Abbiamo inevitabilmente chiuso i confini e tutte le missioni delle diverse ong impegnate nei campi sono rientrate nei rispettivi paesi. Abbiamo attivato una campagna di sensibilizzazione, informazione e prevenzione – attraverso l’utilizzo di televisione, radio e social – tra la popolazione, con la chiusura di scuole e la misura del distanziamento sociale. All’inizio la popolazione ha avuto difficoltà ad accettare qualcosa di sconosciuto che ha sconvolto la loro vita, ma gradualmente ha compreso la gravità della situazione e di pericolo per la nostra sopravvivenza.
Quali sono le strutture ospedaliere e sanitarie all’interno dei campi profughi?

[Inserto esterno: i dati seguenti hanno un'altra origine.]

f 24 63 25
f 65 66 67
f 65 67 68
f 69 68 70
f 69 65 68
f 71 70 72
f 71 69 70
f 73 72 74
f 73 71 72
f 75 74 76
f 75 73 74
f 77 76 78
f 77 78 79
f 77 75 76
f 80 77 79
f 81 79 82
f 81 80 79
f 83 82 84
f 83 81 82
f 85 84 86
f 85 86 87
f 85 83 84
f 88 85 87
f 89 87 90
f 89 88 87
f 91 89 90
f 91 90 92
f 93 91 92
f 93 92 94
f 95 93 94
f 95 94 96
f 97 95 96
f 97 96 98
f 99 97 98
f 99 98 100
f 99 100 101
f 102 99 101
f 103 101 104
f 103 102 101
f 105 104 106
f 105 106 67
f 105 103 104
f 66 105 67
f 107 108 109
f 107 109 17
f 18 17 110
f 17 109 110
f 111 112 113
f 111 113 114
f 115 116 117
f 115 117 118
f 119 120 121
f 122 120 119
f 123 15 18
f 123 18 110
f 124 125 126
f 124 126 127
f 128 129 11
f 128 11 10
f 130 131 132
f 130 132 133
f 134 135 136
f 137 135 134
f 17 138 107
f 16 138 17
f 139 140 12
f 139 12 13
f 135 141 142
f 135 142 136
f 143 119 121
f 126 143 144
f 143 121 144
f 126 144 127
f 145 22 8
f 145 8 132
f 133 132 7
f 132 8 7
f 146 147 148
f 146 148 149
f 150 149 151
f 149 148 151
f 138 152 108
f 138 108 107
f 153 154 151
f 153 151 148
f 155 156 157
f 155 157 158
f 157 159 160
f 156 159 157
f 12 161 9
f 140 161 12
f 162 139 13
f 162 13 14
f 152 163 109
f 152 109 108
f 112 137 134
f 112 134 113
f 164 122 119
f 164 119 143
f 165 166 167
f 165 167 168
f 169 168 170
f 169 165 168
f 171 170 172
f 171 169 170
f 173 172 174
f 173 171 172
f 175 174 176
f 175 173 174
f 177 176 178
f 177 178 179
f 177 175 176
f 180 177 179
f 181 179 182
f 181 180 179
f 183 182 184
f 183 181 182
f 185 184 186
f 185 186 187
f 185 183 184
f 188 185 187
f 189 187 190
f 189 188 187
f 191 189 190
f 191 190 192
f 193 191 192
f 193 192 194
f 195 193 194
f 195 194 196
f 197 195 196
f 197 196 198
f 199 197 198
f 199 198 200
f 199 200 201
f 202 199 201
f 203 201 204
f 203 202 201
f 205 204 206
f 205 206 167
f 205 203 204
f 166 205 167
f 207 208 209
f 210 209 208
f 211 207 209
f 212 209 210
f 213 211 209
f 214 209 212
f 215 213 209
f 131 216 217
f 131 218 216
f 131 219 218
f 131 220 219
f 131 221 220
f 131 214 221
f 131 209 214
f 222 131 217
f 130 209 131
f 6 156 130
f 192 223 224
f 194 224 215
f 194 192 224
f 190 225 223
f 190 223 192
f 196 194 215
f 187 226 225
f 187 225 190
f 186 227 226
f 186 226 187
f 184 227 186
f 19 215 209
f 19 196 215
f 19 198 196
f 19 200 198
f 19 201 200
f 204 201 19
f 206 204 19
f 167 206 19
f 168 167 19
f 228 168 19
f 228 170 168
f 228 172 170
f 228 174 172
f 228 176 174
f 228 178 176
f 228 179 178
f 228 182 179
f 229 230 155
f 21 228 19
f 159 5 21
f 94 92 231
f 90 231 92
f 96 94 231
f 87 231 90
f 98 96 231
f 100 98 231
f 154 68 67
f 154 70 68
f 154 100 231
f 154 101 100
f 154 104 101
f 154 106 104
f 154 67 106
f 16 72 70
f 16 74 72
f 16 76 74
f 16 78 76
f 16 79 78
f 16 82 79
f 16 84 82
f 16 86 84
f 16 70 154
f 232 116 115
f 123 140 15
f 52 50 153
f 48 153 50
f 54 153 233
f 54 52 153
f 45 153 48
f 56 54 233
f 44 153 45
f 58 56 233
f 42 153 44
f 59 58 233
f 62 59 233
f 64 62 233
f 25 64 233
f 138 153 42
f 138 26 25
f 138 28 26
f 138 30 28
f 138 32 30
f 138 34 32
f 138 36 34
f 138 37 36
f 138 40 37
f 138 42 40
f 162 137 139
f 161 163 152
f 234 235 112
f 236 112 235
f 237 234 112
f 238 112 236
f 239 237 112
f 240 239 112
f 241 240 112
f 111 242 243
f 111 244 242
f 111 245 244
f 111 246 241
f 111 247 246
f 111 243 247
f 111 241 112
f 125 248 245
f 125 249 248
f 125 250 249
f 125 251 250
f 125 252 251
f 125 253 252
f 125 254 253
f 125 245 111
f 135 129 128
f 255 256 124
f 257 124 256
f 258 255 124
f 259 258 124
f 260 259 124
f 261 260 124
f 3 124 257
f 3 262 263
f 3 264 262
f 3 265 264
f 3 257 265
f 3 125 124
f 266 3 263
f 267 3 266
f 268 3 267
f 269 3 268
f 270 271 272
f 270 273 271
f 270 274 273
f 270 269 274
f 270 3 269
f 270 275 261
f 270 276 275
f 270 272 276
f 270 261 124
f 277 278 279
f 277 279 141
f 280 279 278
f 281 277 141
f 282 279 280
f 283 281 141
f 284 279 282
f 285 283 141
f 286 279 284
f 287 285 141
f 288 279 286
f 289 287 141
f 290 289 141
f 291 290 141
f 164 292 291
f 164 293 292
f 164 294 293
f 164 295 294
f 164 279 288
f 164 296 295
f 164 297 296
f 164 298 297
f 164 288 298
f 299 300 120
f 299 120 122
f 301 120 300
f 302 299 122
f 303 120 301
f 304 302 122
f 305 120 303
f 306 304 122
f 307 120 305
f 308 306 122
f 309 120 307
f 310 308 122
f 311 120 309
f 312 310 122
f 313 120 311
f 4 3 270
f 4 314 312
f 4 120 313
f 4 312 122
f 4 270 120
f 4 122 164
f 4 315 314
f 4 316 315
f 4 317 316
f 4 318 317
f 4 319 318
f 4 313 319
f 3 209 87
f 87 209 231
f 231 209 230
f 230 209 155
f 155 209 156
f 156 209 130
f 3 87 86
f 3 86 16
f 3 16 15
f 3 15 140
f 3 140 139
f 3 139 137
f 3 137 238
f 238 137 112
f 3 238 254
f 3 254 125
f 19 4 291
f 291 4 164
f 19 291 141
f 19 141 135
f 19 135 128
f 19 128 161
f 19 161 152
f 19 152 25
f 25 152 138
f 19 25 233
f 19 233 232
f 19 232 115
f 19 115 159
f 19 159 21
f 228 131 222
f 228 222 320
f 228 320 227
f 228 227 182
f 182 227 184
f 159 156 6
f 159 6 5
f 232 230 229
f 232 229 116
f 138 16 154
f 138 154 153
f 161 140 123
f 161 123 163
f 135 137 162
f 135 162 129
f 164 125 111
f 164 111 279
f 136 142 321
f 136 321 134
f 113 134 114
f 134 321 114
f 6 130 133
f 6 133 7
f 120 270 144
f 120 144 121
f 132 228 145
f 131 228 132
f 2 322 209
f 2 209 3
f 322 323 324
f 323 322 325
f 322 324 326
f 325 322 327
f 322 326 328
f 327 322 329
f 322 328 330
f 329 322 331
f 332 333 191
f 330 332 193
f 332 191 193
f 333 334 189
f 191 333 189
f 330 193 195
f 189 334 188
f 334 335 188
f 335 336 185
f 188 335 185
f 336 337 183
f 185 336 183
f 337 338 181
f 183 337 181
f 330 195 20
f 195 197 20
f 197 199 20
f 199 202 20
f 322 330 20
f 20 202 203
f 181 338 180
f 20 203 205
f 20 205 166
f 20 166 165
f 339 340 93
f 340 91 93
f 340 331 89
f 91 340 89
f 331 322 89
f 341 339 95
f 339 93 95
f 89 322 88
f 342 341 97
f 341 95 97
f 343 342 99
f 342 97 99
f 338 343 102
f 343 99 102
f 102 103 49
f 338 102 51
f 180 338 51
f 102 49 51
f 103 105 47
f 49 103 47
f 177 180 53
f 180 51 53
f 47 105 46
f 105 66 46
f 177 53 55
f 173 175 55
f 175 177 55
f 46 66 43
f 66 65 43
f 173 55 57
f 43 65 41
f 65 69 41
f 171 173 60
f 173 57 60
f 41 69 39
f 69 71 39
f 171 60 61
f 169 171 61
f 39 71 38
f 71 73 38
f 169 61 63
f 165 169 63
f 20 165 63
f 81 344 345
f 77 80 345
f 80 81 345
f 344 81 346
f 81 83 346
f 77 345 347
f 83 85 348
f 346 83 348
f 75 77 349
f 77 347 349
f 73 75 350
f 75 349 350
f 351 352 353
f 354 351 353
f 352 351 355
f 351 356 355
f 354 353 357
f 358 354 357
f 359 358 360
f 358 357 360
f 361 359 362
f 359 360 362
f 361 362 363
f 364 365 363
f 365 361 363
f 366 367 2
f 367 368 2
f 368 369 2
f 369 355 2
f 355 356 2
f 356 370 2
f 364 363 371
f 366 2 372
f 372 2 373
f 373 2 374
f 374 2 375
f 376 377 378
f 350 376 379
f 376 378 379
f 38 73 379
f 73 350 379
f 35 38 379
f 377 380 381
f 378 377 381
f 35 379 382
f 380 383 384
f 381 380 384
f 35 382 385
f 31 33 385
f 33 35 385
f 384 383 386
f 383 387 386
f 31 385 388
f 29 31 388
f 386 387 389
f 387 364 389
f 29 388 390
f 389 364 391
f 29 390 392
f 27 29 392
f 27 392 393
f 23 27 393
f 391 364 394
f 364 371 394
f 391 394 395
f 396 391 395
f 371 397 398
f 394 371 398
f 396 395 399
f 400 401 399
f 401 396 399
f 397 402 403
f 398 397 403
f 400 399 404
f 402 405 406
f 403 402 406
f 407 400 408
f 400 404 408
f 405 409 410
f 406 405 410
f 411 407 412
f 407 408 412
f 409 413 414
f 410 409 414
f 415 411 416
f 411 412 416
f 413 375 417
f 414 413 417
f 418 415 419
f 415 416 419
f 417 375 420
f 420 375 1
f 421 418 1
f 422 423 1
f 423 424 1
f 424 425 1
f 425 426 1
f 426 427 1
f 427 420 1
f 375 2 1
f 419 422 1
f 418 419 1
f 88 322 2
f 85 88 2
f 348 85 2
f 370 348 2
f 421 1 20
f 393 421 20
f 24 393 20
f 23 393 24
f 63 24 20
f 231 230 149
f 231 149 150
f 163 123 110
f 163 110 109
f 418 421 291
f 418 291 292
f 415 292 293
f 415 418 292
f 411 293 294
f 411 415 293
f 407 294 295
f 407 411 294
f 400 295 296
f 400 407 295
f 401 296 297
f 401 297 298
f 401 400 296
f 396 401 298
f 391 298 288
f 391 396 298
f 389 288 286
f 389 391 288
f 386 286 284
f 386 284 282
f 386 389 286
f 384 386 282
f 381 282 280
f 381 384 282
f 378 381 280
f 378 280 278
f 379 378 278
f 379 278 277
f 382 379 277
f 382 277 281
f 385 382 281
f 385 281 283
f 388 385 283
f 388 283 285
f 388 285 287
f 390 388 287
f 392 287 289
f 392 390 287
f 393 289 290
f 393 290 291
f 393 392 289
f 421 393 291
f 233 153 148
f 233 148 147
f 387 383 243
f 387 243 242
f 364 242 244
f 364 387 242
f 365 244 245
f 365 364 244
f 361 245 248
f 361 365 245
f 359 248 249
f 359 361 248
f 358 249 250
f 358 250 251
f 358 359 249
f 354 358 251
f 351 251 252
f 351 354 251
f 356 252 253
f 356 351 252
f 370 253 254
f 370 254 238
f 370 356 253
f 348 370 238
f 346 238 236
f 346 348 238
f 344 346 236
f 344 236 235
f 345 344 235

Abbiamo dovuto fare del nostro meglio con le modeste strutture di cui disponiamo. In ogni wilaya c’è un presidio sanitario, poi abbiamo un ospedale nazionale più grande e un ospedale da campo. In ogni campo profughi sono stati allestiti dei Centri di quarantena con l’obiettivo di isolare le persone con sintomi sospetti. Abbiamo agito anche sulla formazione del nostro personale sanitario, attraverso il supporto dell’Organizzazione Mondiale della Sanità, dell’Unione Africana, dell’Africa-Cdc e delle ong. L’Oms ci sta sostenendo per il reperimento di attrezzature di protezione sanitaria individuali, di materiale di igiene e disinfezione nonché di medicinali specifici. Stiamo anche cercando di sopperire alla carenza di dispositivi come mascherine o gel alcolico, producendoli autonomamente.
Notizie dai Territori Occupati sui contagi e sulle misure di contrasto anche per la popolazione saharawi?

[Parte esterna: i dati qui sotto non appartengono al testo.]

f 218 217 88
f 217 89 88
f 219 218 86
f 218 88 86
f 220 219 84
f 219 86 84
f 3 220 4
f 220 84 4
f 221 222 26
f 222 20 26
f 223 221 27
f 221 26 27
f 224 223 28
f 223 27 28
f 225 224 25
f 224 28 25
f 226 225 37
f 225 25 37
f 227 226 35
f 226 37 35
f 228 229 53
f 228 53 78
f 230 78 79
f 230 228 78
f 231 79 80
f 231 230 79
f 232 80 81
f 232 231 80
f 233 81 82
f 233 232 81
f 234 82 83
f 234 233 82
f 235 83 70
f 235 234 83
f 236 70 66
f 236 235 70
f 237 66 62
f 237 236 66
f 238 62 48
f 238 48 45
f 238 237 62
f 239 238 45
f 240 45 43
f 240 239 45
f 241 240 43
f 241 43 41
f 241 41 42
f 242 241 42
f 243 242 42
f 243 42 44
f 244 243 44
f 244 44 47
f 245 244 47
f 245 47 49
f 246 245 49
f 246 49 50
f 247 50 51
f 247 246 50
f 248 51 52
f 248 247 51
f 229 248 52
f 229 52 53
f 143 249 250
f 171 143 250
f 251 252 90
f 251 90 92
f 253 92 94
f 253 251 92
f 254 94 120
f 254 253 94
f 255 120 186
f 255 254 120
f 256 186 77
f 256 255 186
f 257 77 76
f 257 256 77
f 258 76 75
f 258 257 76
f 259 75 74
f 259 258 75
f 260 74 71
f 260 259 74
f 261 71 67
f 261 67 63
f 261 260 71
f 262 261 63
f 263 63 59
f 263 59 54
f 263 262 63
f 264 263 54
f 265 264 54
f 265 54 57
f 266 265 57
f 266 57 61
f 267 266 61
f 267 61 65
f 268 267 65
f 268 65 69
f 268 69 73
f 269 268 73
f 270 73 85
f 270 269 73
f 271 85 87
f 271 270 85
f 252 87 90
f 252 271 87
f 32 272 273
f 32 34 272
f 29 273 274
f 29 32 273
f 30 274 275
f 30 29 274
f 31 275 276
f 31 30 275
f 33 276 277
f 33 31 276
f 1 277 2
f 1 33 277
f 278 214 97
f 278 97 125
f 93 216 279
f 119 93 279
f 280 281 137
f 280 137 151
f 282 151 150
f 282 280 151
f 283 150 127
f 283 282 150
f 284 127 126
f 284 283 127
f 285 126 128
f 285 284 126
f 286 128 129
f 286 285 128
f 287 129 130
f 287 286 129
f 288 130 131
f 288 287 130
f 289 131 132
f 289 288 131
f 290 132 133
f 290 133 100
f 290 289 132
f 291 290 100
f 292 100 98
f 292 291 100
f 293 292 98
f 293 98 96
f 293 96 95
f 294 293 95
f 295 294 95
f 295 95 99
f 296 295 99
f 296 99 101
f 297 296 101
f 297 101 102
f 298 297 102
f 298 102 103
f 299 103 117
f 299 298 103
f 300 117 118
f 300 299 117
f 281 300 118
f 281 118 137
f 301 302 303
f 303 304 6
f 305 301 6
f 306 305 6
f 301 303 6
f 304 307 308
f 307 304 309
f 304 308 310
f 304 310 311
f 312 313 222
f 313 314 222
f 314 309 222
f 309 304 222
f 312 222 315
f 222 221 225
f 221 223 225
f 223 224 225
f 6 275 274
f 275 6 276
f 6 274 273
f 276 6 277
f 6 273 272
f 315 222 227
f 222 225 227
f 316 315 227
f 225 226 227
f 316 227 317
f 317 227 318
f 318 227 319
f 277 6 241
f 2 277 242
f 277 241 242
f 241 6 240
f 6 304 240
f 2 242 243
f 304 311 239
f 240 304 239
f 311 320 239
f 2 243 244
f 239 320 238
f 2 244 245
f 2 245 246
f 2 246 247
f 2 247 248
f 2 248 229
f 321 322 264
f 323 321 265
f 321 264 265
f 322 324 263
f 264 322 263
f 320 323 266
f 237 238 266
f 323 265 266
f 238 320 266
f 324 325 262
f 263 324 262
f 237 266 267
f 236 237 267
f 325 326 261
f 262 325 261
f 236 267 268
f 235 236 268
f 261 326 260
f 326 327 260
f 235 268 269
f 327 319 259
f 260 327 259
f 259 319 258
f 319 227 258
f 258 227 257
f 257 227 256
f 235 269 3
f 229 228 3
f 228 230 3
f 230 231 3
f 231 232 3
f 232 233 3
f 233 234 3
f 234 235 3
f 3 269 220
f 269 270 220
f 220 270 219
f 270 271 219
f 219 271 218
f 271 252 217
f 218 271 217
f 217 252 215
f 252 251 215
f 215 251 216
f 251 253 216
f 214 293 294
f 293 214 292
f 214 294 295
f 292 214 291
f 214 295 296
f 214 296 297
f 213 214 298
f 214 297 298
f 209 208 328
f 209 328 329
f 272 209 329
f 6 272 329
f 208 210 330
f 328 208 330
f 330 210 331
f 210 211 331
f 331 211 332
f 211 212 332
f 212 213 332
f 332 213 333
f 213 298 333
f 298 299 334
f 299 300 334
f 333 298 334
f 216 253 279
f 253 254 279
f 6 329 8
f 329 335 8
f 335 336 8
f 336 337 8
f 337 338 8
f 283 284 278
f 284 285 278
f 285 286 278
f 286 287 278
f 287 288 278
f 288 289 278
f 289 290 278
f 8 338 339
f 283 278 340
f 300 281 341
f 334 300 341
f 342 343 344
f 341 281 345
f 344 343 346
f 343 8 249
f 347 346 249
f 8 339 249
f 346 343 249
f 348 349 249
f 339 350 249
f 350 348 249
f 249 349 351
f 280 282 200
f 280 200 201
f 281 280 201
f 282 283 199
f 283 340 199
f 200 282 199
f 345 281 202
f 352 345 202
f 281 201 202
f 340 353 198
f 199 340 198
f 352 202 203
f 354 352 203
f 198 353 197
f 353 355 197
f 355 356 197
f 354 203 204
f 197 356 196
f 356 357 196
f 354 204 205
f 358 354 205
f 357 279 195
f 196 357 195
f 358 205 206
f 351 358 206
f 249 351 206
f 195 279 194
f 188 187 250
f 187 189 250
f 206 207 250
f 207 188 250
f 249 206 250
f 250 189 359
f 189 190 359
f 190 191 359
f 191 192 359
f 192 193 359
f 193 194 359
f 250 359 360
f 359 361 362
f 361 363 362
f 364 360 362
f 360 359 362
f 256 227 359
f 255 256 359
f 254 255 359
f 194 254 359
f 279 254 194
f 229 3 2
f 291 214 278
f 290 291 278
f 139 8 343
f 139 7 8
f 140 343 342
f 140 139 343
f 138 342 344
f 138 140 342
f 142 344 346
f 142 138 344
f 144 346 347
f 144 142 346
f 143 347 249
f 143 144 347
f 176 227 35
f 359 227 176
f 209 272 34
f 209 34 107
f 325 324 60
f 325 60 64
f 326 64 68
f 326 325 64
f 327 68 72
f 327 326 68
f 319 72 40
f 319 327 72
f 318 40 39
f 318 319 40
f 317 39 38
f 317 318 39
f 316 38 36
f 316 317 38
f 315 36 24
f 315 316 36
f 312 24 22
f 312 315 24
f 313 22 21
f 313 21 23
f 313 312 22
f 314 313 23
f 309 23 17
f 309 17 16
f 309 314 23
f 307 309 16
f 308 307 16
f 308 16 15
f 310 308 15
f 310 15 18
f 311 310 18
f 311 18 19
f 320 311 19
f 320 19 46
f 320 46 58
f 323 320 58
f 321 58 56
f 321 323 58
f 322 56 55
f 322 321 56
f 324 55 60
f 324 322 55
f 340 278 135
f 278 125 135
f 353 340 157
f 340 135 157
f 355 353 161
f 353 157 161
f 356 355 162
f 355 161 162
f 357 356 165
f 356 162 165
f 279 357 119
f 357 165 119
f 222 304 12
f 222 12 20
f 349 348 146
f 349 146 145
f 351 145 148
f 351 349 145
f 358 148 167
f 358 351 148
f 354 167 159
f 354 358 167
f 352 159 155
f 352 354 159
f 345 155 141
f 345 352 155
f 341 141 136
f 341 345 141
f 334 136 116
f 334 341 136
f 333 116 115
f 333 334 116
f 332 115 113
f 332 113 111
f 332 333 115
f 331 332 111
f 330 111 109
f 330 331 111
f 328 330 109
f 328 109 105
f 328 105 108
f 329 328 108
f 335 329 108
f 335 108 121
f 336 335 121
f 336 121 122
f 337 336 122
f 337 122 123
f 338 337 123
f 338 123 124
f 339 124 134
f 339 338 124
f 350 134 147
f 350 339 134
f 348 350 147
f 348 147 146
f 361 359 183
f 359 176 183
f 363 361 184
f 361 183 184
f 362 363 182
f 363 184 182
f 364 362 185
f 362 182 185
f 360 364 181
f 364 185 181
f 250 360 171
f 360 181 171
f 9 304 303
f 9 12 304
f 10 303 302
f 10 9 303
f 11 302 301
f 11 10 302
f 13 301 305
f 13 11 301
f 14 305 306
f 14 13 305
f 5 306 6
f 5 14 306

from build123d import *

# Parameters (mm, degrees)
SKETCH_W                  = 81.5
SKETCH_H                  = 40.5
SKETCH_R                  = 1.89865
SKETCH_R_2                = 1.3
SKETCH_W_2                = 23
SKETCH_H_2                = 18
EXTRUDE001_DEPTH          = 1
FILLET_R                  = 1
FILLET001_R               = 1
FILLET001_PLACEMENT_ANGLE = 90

C’è molta preoccupazione. La pandemia ha colpito pesantemente il Marocco, ma nelle aree occupate le autorità d’occupazione non hanno preso alcun provvedimento per contenere i contagi, con l’obiettivo di diffondere il virus e tentare di colpire il nostro popolo. Molti dei coloni sono rientrati nel regno marocchino e Rabat, al contrario, non esita a inviare persone, potenzialmente infette, con pescherecci e camion per continuare a sfruttare le nostre risorse ittiche o di fosfati. Di fronte a questa difficile situazione si aggiunge il blocco legato all’ingresso di operatori umanitari per monitorare la situazione anche dei contagi (attualmente non risultano dati forniti da Rabat all’Oms riguardo alla pandemia nei Territori occupati del Sahara Occidentale, ndr) e le autorità di occupazione stanno reprimendo con violenza tutte le manifestazioni di protesta del nostro popolo.
Qual è la situazione dei prigionieri politici saharawi nelle carceri marocchine?
La situazione resta purtroppo allarmante, con la continua violazione dei diritti umani nei confronti dei prigionieri politici saharawi. Numerose testimonianze ci parlano di torture, del divieto di visita da parte dei familiari e, in questo momento di pandemia, del rischio concreto di contagio a causa dell’assenza di qualsiasi forma di prevenzione. Proprio per questo motivo è stata lanciata una campagna per la loro liberazione da parte di numerosi parlamentari europei e da diverse ong, appello sostenuto anche da Michelle Bachelet, Alto Commissario Onu per i diritti umani. La pressione internazionale verso il regime marocchino deve restare costante per monitorare la situazione dei prigionieri saharawi, le cui condizioni di detenzione sono ulteriormente aggravate dalla pandemia Covid-19 e dalle notizie di contagi in alcune carceri del Marocco.